Namun, dia sebelumnya pernah mengungkapkan bahwa kontraksi ekonomi ini akan lebih kecil dari kuartal II/2020, artinya ada tanda-tanda pemulihan di bidang konsumsi dan investasi.
Dia mengklaim bahwa kondisi perekonomian Indonesia masih lebih baik dibandingkan dengan negara lain yang kontraksinya bisa mencapai 20 persen.
Resesi ekonomi pada tahun ini memang tidak bisa dihindari.

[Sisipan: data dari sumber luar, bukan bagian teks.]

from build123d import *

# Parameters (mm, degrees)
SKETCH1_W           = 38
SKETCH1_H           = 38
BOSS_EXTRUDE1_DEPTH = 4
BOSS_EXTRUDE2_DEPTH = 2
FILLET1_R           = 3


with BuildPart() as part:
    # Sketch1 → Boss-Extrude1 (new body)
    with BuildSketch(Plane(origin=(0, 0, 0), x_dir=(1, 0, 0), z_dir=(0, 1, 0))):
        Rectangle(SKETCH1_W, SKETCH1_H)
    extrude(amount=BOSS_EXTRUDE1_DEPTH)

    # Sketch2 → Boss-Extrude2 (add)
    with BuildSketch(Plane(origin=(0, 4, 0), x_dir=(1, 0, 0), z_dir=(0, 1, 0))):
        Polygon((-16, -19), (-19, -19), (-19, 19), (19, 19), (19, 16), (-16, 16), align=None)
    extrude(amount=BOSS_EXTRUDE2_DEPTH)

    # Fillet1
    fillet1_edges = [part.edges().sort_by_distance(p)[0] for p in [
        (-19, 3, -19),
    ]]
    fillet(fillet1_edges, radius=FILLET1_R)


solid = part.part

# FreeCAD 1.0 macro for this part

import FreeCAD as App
import Part
import Sketcher
from FreeCAD import Vector


def edges_at(feature, points):
    """Names of the edges that pass closest to the given points."""
    edges = feature.Shape.Edges
    near = lambda p: min(range(len(edges)), key=lambda i: edges[i].distToShape(Part.Vertex(*p))[0])
    return sorted({f"Edge{near(p) + 1}" for p in points})

doc = App.newDocument("Part")
body = doc.addObject("PartDesign::Body", "Body")

sketch1 = body.newObject("Sketcher::SketchObject", "Sketch")
sketch1.AttachmentSupport = (doc.getObject("XZ_Plane"), [""])
sketch1.MapMode = "FlatFace"
sketch1.addGeometry([
    Part.LineSegment(Vector(-19, -19, 0), Vector(-19, 19, 0)),
    Part.LineSegment(Vector(-19, 19, 0), Vector(19, 19, 0)),
    Part.LineSegment(Vector(19, 19, 0), Vector(19, -19, 0)),
    Part.LineSegment(Vector(19, -19, 0), Vector(-19, -19, 0)),
], False)
sketch1.addConstraint([
    Sketcher.Constraint("Coincident", 0, 2, 1, 1),
    Sketcher.Constraint("Coincident", 1, 2, 2, 1),
    Sketcher.Constraint("Coincident", 2, 2, 3, 1),
    Sketcher.Constraint("Coincident", 3, 2, 0, 1),
    Sketcher.Constraint("Vertical", 0),
    Sketcher.Constraint("Horizontal", 1),
    Sketcher.Constraint("Vertical", 2),
    Sketcher.Constraint("Horizontal", 3),
    Sketcher.Constraint("Symmetric", 0, 2, 2, 2, -1, 1),
    Sketcher.Constraint("Equal", 3, 0),
    Sketcher.Constraint("DistanceX", 1, 1, 1, 2, 38.0),
])
pad1 = body.newObject("PartDesign::Pad", "Pad")
pad1.Profile = sketch1
pad1.Length = 4
pad1.Reversed = True

sketch2 = body.newObject("Sketcher::SketchObject", "Sketch001")
sketch2.AttachmentSupport = (doc.getObject("XZ_Plane"), [""])
sketch2.MapMode = "FlatFace"
sketch2.AttachmentOffset = App.Placement(Vector(0, 0, -4), App.Rotation())
sketch2.addGeometry([
    Part.LineSegment(Vector(-19, 19, 0), Vector(-16, 19, 0)),
    Part.LineSegment(Vector(-16, 19, 0), Vector(-16, -16, 0)),
    Part.LineSegment(Vector(-16, -16, 0), Vector(19, -16, 0)),
    Part.LineSegment(Vector(19, -16, 0), Vector(19, -19, 0)),
    Part.LineSegment(Vector(19, -19, 0), Vector(-19, -19, 0)),
    Part.LineSegment(Vector(-19, -19, 0), Vector(-19, 19, 0)),
], False)
sketch2.addConstraint([
    Sketcher.Constraint("Coincident", 0, 2, 1, 1),
    Sketcher.Constraint("Coincident", 1, 2, 2, 1),
    Sketcher.Constraint("Coincident", 2, 2, 3, 1),
    Sketcher.Constraint("Coincident", 3, 2, 4, 1),
    Sketcher.Constraint("Coincident", 4, 2, 5, 1),
    Sketcher.Constraint("Coincident", 5, 2, 0, 1),
    Sketcher.Constraint("Horizontal", 0),
    Sketcher.Constraint("Vertical", 1),
    Sketcher.Constraint("Horizontal", 2),
    Sketcher.Constraint("Vertical", 3),
    Sketcher.Constraint("Horizontal", 4),
    Sketcher.Constraint("Vertical", 5),
    Sketcher.Constraint("Symmetric", 3, 2, 5, 2, -1, 1),
    Sketcher.Constraint("Equal", 2, 1),
    Sketcher.Constraint("Equal", 0, 3),
    Sketcher.Constraint("DistanceX", 0, 1, 0, 2, 3.0),
    Sketcher.Constraint("DistanceX", 2, 1, 2, 2, 35.0),
])
pad2 = body.newObject("PartDesign::Pad", "Pad001")
pad2.Profile = sketch2
pad2.Length = 2
pad2.Reversed = True
doc.recompute()

fillet = body.newObject("PartDesign::Fillet", "Fillet")
fillet.Base = (pad2, edges_at(pad2, [(-19, 3, -19)]))
fillet.Radius = 3

doc.recompute()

Namun, pemerintah dapat mengenjot pemulihan pada tahun depan seiring dengan keberhasilan distribusi vaksin.
Sri Mulyani sendiri menegaskan bahwa pemerintah menargetkan pertumbuhan ekonomi sebesar 4,5 persen - 5,5 persen dengan titik tengah 5 persen.

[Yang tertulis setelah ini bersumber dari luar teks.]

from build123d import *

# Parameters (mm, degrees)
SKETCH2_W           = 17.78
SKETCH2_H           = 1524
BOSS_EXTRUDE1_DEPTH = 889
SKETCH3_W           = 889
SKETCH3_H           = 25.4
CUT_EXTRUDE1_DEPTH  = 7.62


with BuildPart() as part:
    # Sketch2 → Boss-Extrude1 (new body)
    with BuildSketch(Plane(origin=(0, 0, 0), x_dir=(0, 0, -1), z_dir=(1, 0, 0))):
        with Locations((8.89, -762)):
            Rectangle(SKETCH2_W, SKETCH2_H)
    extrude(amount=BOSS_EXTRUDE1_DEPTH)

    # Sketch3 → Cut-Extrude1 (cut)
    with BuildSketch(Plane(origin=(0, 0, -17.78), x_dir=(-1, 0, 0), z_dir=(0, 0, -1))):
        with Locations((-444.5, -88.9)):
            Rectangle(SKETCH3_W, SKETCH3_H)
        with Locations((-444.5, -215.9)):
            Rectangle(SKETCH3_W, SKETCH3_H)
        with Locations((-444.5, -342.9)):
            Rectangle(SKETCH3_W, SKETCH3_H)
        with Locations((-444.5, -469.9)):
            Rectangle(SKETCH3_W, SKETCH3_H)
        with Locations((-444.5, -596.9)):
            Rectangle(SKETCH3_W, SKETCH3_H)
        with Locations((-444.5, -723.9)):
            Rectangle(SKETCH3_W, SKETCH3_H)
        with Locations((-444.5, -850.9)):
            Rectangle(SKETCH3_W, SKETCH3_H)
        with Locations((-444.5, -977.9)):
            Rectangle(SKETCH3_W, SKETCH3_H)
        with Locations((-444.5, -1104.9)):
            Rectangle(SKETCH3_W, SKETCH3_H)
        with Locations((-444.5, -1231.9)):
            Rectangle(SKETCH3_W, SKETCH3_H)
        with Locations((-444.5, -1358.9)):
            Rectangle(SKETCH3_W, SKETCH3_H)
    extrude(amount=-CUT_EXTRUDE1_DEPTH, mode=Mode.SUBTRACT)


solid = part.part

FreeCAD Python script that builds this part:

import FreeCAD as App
import Part
import Sketcher
Q = App.Units.Quantity


def add_polygon(sketch, points):
    """Adds a closed chain of lines whose ends are joined by coincident constraints."""
    first, n = sketch.GeometryCount, len(points)
    for a, b in zip(points, points[1:] + points[:1]):
        sketch.addGeometry(Part.LineSegment(App.Vector(*a, 0), App.Vector(*b, 0)), False)
    for i in range(n):
        sketch.addConstraint(Sketcher.Constraint("Coincident", first + i, 2, first + (i + 1) % n, 1))

doc = App.newDocument("Part")
body = doc.addObject("PartDesign::Body", "Body")

# Sketch on YZ plane
sketch1 = doc.addObject("Sketcher::SketchObject", "Sketch")
body.addObject(sketch1)
sketch1.AttachmentSupport = (doc.YZ_Plane, [""])
sketch1.MapMode = "FlatFace"
add_polygon(sketch1, [(0, 0), (-1524, 0), (-1524, -18), (0, -18)])  # lines 0-3
sketch1.addConstraint([
    Sketcher.Constraint("Horizontal", 0),
    Sketcher.Constraint("Vertical", 1),
    Sketcher.Constraint("Horizontal", 2),
    Sketcher.Constraint("Vertical", 3),
    Sketcher.Constraint("Coincident", 3, 2, -1, 1),
    Sketcher.Constraint("DistanceX", 0, 2, 0, 1, Q("60 in")),
    Sketcher.Constraint("DistanceY", 1, 2, 1, 1, Q("0.7 in")),
])
pad1 = doc.addObject("PartDesign::Pad", "Pad")
body.addObject(pad1)
pad1.Profile = sketch1
pad1.Length = Q("35 in")

# Sketch on XY plane
sketch2 = doc.addObject("Sketcher::SketchObject", "Sketch001")
body.addObject(sketch2)
sketch2.AttachmentSupport = (doc.XY_Plane, [""])
sketch2.MapMode = "FlatFace"
sketch2.AttachmentOffset = App.Placement(App.Vector(0, 0, -0.7 * 25.4), App.Rotation())
add_polygon(sketch2, [(889, -76), (889, -102), (0, -102), (0, -76)])  # lines 0-3
add_polygon(sketch2, [(889, -203), (889, -229), (0, -229), (0, -203)])  # lines 4-7
add_polygon(sketch2, [(889, -330), (889, -356), (0, -356), (0, -330)])  # lines 8-11
add_polygon(sketch2, [(889, -457), (889, -483), (0, -483), (0, -457)])  # lines 12-15
add_polygon(sketch2, [(889, -584), (889, -610), (0, -610), (0, -584)])  # lines 16-19
add_polygon(sketch2, [(889, -711), (889, -737), (0, -737), (0, -711)])  # lines 20-23
add_polygon(sketch2, [(889, -838), (889, -864), (0, -864), (0, -838)])  # lines 24-27
add_polygon(sketch2, [(889, -965), (889, -991), (0, -991), (0, -965)])  # lines 28-31
add_polygon(sketch2, [(889, -1092), (889, -1118), (0, -1118), (0, -1092)])  # lines 32-35
add_polygon(sketch2, [(889, -1219), (889, -1245), (0, -1245), (0, -1219)])  # lines 36-39
add_polygon(sketch2, [(889, -1346), (889, -1372), (0, -1372), (0, -1346)])  # lines 40-43
sketch2.addConstraint([
    Sketcher.Constraint("Vertical", 0),
    Sketcher.Constraint("Horizontal", 1),
    Sketcher.Constraint("Vertical", 2),
    Sketcher.Constraint("Horizontal", 3),
    Sketcher.Constraint("Vertical", 4),
    Sketcher.Constraint("Horizontal", 5),
    Sketcher.Constraint("Vertical", 6),
    Sketcher.Constraint("Horizontal", 7),
    Sketcher.Constraint("Vertical", 8),
    Sketcher.Constraint("Horizontal", 9),
    Sketcher.Constraint("Vertical", 10),
    Sketcher.Constraint("Horizontal", 11),
    Sketcher.Constraint("Vertical", 12),
    Sketcher.Constraint("Horizontal", 13),
    Sketcher.Constraint("Vertical", 14),
    Sketcher.Constraint("Horizontal", 15),
    Sketcher.Constraint("Vertical", 16),
    Sketcher.Constraint("Horizontal", 17),
    Sketcher.Constraint("Vertical", 18),
    Sketcher.Constraint("Horizontal", 19),
    Sketcher.Constraint("Vertical", 20),
    Sketcher.Constraint("Horizontal", 21),
    Sketcher.Constraint("Vertical", 22),
    Sketcher.Constraint("Horizontal", 23),
    Sketcher.Constraint("Vertical", 24),
    Sketcher.Constraint("Horizontal", 25),
    Sketcher.Constraint("Vertical", 26),
    Sketcher.Constraint("Horizontal", 27),
    Sketcher.Constraint("Vertical", 28),
    Sketcher.Constraint("Horizontal", 29),
    Sketcher.Constraint("Vertical", 30),
    Sketcher.Constraint("Horizontal", 31),
    Sketcher.Constraint("Vertical", 32),
    Sketcher.Constraint("Horizontal", 33),
    Sketcher.Constraint("Vertical", 34),
    Sketcher.Constraint("Horizontal", 35),
    Sketcher.Constraint("Vertical", 36),
    Sketcher.Constraint("Horizontal", 37),
    Sketcher.Constraint("Vertical", 38),
    Sketcher.Constraint("Horizontal", 39),
    Sketcher.Constraint("Vertical", 40),
    Sketcher.Constraint("Horizontal", 41),
    Sketcher.Constraint("Vertical", 42),
    Sketcher.Constraint("Horizontal", 43),
    Sketcher.Constraint("PointOnObject", 1, 2, -2),
    Sketcher.Constraint("PointOnObject", 5, 2, -2),
    Sketcher.Constraint("PointOnObject", 9, 2, -2),
    Sketcher.Constraint("PointOnObject", 13, 2, -2),
    Sketcher.Constraint("PointOnObject", 17, 2, -2),
    Sketcher.Constraint("PointOnObject", 21, 2, -2),
    Sketcher.Constraint("PointOnObject", 25, 2, -2),
    Sketcher.Constraint("PointOnObject", 29, 2, -2),
    Sketcher.Constraint("PointOnObject", 33, 2, -2),
    Sketcher.Constraint("PointOnObject", 37, 2, -2),
    Sketcher.Constraint("PointOnObject", 41, 2, -2),
    Sketcher.Constraint("Vertical", 3, 2, 4, 2),
    Sketcher.Constraint("Vertical", 7, 2, 8, 2),
    Sketcher.Constraint("Vertical", 11, 2, 12, 2),
    Sketcher.Constraint("Vertical", 15, 2, 16, 2),
    Sketcher.Constraint("Vertical", 19, 2, 20, 2),
    Sketcher.Constraint("Vertical", 23, 2, 24, 2),
    Sketcher.Constraint("Vertical", 27, 2, 28, 2),
    Sketcher.Constraint("Vertical", 31, 2, 32, 2),
    Sketcher.Constraint("Vertical", 35, 2, 36, 2),
    Sketcher.Constraint("Vertical", 39, 2, 40, 2),
    Sketcher.Constraint("Equal", 2, 4),
    Sketcher.Constraint("Equal", 6, 8),
    Sketcher.Constraint("Equal", 10, 12),
    Sketcher.Constraint("Equal", 14, 16),
    Sketcher.Constraint("Equal", 18, 20),
    Sketcher.Constraint("Equal", 22, 24),
    Sketcher.Constraint("Equal", 26, 28),
    Sketcher.Constraint("Equal", 30, 32),
    Sketcher.Constraint("Equal", 34, 36),
    Sketcher.Constraint("Equal", 38, 40),
    Sketcher.Constraint("DistanceX", 1, 2, 1, 1, Q("35 in")),
    Sketcher.Constraint("DistanceY", 0, 2, 0, 1, Q("1 in")),
    Sketcher.Constraint("DistanceY", 0, 2, -1, 1, Q("4 in")),
    Sketcher.Constraint("DistanceY", 4, 2, -1, 1, Q("9 in")),
    Sketcher.Constraint("DistanceY", 8, 2, -1, 1, Q("14 in")),
    Sketcher.Constraint("DistanceY", 12, 2, -1, 1, Q("19 in")),
    Sketcher.Constraint("DistanceY", 16, 2, -1, 1, Q("24 in")),
    Sketcher.Constraint("DistanceY", 20, 2, -1, 1, Q("29 in")),
    Sketcher.Constraint("DistanceY", 24, 2, -1, 1, Q("34 in")),
    Sketcher.Constraint("DistanceY", 28, 2, -1, 1, Q("39 in")),
    Sketcher.Constraint("DistanceY", 32, 2, -1, 1, Q("44 in")),
    Sketcher.Constraint("DistanceY", 36, 2, -1, 1, Q("49 in")),
    Sketcher.Constraint("DistanceY", 40, 2, -1, 1, Q("54 in")),
])
pocket1 = doc.addObject("PartDesign::Pocket", "Pocket")
body.addObject(pocket1)
pocket1.Profile = sketch2
pocket1.Length = Q("0.3 in")
pocket1.Reversed = True

doc.recompute()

Ekonom Indef Bhima Yudhistira menilai pemerintah perlu melakukan upaya lebih pada tahun depan jika ingin ekonomi tumbuh pada kisaran 5 persen pada tahun depan.
Menurut Bhima, ada lima langkah yang bisa dilakukan pemerintah dalam mengenjot pertumbuhan tahun depan.

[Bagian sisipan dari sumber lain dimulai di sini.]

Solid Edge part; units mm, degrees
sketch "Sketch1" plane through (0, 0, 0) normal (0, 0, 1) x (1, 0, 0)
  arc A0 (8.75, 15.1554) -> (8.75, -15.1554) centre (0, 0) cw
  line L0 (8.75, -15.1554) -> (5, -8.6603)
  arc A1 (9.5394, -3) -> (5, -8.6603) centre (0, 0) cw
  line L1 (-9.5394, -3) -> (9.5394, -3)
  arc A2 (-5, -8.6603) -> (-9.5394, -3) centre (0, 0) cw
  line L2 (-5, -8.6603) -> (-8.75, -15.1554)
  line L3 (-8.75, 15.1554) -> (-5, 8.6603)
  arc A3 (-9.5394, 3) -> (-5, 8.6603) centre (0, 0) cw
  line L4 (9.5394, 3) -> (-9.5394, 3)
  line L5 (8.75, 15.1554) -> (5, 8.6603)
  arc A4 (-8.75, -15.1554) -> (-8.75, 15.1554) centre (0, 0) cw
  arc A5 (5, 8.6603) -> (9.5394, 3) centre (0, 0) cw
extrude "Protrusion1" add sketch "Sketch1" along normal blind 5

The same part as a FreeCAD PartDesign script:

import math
import FreeCAD as App
import Part
import Sketcher
from FreeCAD import Vector
Q = App.Units.Quantity

doc = App.newDocument("Part")
body = doc.addObject("PartDesign::Body", "Body")

# Sketch on XY plane
sketch1 = doc.addObject("Sketcher::SketchObject", "Sketch")
body.addObject(sketch1)
sketch1.AttachmentSupport = (doc.XY_Plane, [""])
sketch1.MapMode = "FlatFace"
sketch1.addGeometry([
    Part.ArcOfCircle(Part.Circle(Vector(0, 0, 0), Vector(0, 0, 1), 17.499961), math.radians(-59.999927), math.radians(59.999927)),  # 0
    Part.LineSegment(Vector(8.75, 15.1554, 0), Vector(5, 8.6603, 0)),  # 1
    Part.ArcOfCircle(Part.Circle(Vector(0, 0, 0), Vector(0, 0, 1), 10.000008), math.radians(17.457589), math.radians(60.000132)),  # 2
    Part.LineSegment(Vector(9.5394, 3, 0), Vector(-9.5394, 3, 0)),  # 3
    Part.ArcOfCircle(Part.Circle(Vector(0, 0, 0), Vector(0, 0, 1), 10.00004), math.radians(119.999868), math.radians(162.542411)),  # 4
    Part.LineSegment(Vector(-5, 8.6603, 0), Vector(-8.75, 15.1554, 0)),  # 5
    Part.ArcOfCircle(Part.Circle(Vector(0, 0, 0), Vector(0, 0, 1), 17.499961), math.radians(120.000073), math.radians(239.999927)),  # 6
    Part.LineSegment(Vector(-8.75, -15.1554, 0), Vector(-5, -8.6603, 0)),  # 7
    Part.ArcOfCircle(Part.Circle(Vector(0, 0, 0), Vector(0, 0, 1), 10.000008), math.radians(-162.542411), math.radians(-119.999868)),  # 8
    Part.LineSegment(Vector(-9.5394, -3, 0), Vector(9.5394, -3, 0)),  # 9
    Part.ArcOfCircle(Part.Circle(Vector(0, 0, 0), Vector(0, 0, 1), 10.00004), math.radians(-60.000132), math.radians(-17.457589)),  # 10
    Part.LineSegment(Vector(5, -8.6603, 0), Vector(8.75, -15.1554, 0)),  # 11
], False)
sketch1.addConstraint([
    Sketcher.Constraint("Coincident", 0, 2, 1, 1),
    Sketcher.Constraint("Coincident", 1, 2, 2, 2),
    Sketcher.Constraint("Coincident", 2, 1, 3, 1),
    Sketcher.Constraint("Coincident", 3, 2, 4, 2),
    Sketcher.Constraint("Coincident", 4, 1, 5, 1),
    Sketcher.Constraint("Coincident", 5, 2, 6, 1),
    Sketcher.Constraint("Coincident", 6, 2, 7, 1),
    Sketcher.Constraint("Coincident", 7, 2, 8, 2),
    Sketcher.Constraint("Coincident", 8, 1, 9, 1),
    Sketcher.Constraint("Coincident", 9, 2, 10, 2),
    Sketcher.Constraint("Coincident", 10, 1, 11, 1),
    Sketcher.Constraint("Coincident", 11, 2, 0, 1),
    Sketcher.Constraint("Horizontal", 3),
    Sketcher.Constraint("Horizontal", 9),
    Sketcher.Constraint("Coincident", 0, 3, -1, 1),
    Sketcher.Constraint("Coincident", 2, 3, -1, 1),
    Sketcher.Constraint("Coincident", 4, 3, -1, 1),
    Sketcher.Constraint("Coincident", 6, 3, -1, 1),
    Sketcher.Constraint("Coincident", 8, 3, -1, 1),
    Sketcher.Constraint("Coincident", 10, 3, -1, 1),
    Sketcher.Constraint("Equal", 2, 4),
    Sketcher.Constraint("Equal", 0, 6),
    Sketcher.Constraint("Equal", 4, 8),
    Sketcher.Constraint("Equal", 8, 10),
    Sketcher.Constraint("Parallel", 1, 7),
    Sketcher.Constraint("Parallel", 5, 11),
    Sketcher.Constraint("Horizontal", 1, 2, 4, 1),
    Sketcher.Constraint("Horizontal", 0, 2, 5, 2),
    Sketcher.Constraint("Horizontal", 7, 2, 10, 1),
    Sketcher.Constraint("Vertical", 5, 2, 6, 2),
    Sketcher.Constraint("Vertical", 3, 2, 8, 1),
    Sketcher.Constraint("Radius", 2, Q("10 mm")),
    Sketcher.Constraint("Radius", 0, Q("17.5 mm")),
    Sketcher.Constraint("Angle", 1, Q("-120.0003 deg")),
    Sketcher.Constraint("DistanceX", -1, 1, 1, 2, Q("5 mm")),
    Sketcher.Constraint("DistanceY", -1, 1, 2, 1, Q("3 mm")),
])
pad1 = doc.addObject("PartDesign::Pad", "Pad")
body.addObject(pad1)
pad1.Profile = sketch1
pad1.Length = 5

doc.recompute()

Pertama, pemerintah harus mengubah stimulus pajak yang tidak efektif pada tahun 2020. PPh 21 ditanggung pemerintah (DTP) yang realisasinya baru 4 persen per 14 September 2020.
Kemudian, pemerintah perlu meninjau PPh UMKM yang baru cair 12,9 persen dan penurunan tarif PPh badan baru yang pencairannya masih 26 persen. Selain itu, Bhima menyarankan pemerintah untuk fokus kepada pajak yang berkaitan langsung dengan konsumsi rumah tangga.
"Skema ideal untuk pajak adalah yang berkaitan langsung dengan konsumsi yakni PPN 10 persen dikurangi menjadi 0 persen-5 persen untuk boost belanja masyarakat," ujar Bhima, Selasa (22/9/2020).
Kedua, pemerintah perlu lebih fokus untuk mendorong digitalisasi di seluruh lini.
"Peluangnya besar sekali market digital dan terus tumbuh. oleh karena itu investasi di sektor infrastruktur digital perlu menjadi prioritas di 2021," tegasnya.
Ketiga, dia melihat pemerintah harus memperkuat bantuan langsung tunai (BLT). Skema BLT jauh lebih baik dibandingkan skema insentif lain karena uangnya masuk ke penerima akhir.
Bhima menegaskan anggaran untuk BLT perlu diperbesar untuk pekerja sektor informal, terutama TKI yang terdampak Covid-19, dan honorer.
Keempat, promosi dagang perlu dioptimalkan untuk mempercepat recovery sisi ekspor dan ini tugas dari atase perdagangan dan perwakilan di negara tujuan ekspor.
"Kita butuh market intelijen, disaat negara produsen lain lengah karena masalah pandemi," katanya.
Menurutnya, Indonesia harus bisa memimpin dengan membaca perubahan pola prilaku konsumen baik di negara tujuan ekspor tradisional maupun nontradisional.
Kelima, promosi investasi khususnya untuk menarik relokasi industri dari China menjadi sangat penting. Oleh karena itu, ketersediaan lahan ataupun KEK sangat diperlukan. Dia memandang peran menarik investasi di manufaktur dan industri bukan hanya kerja BKPM tapi lintas sektoral.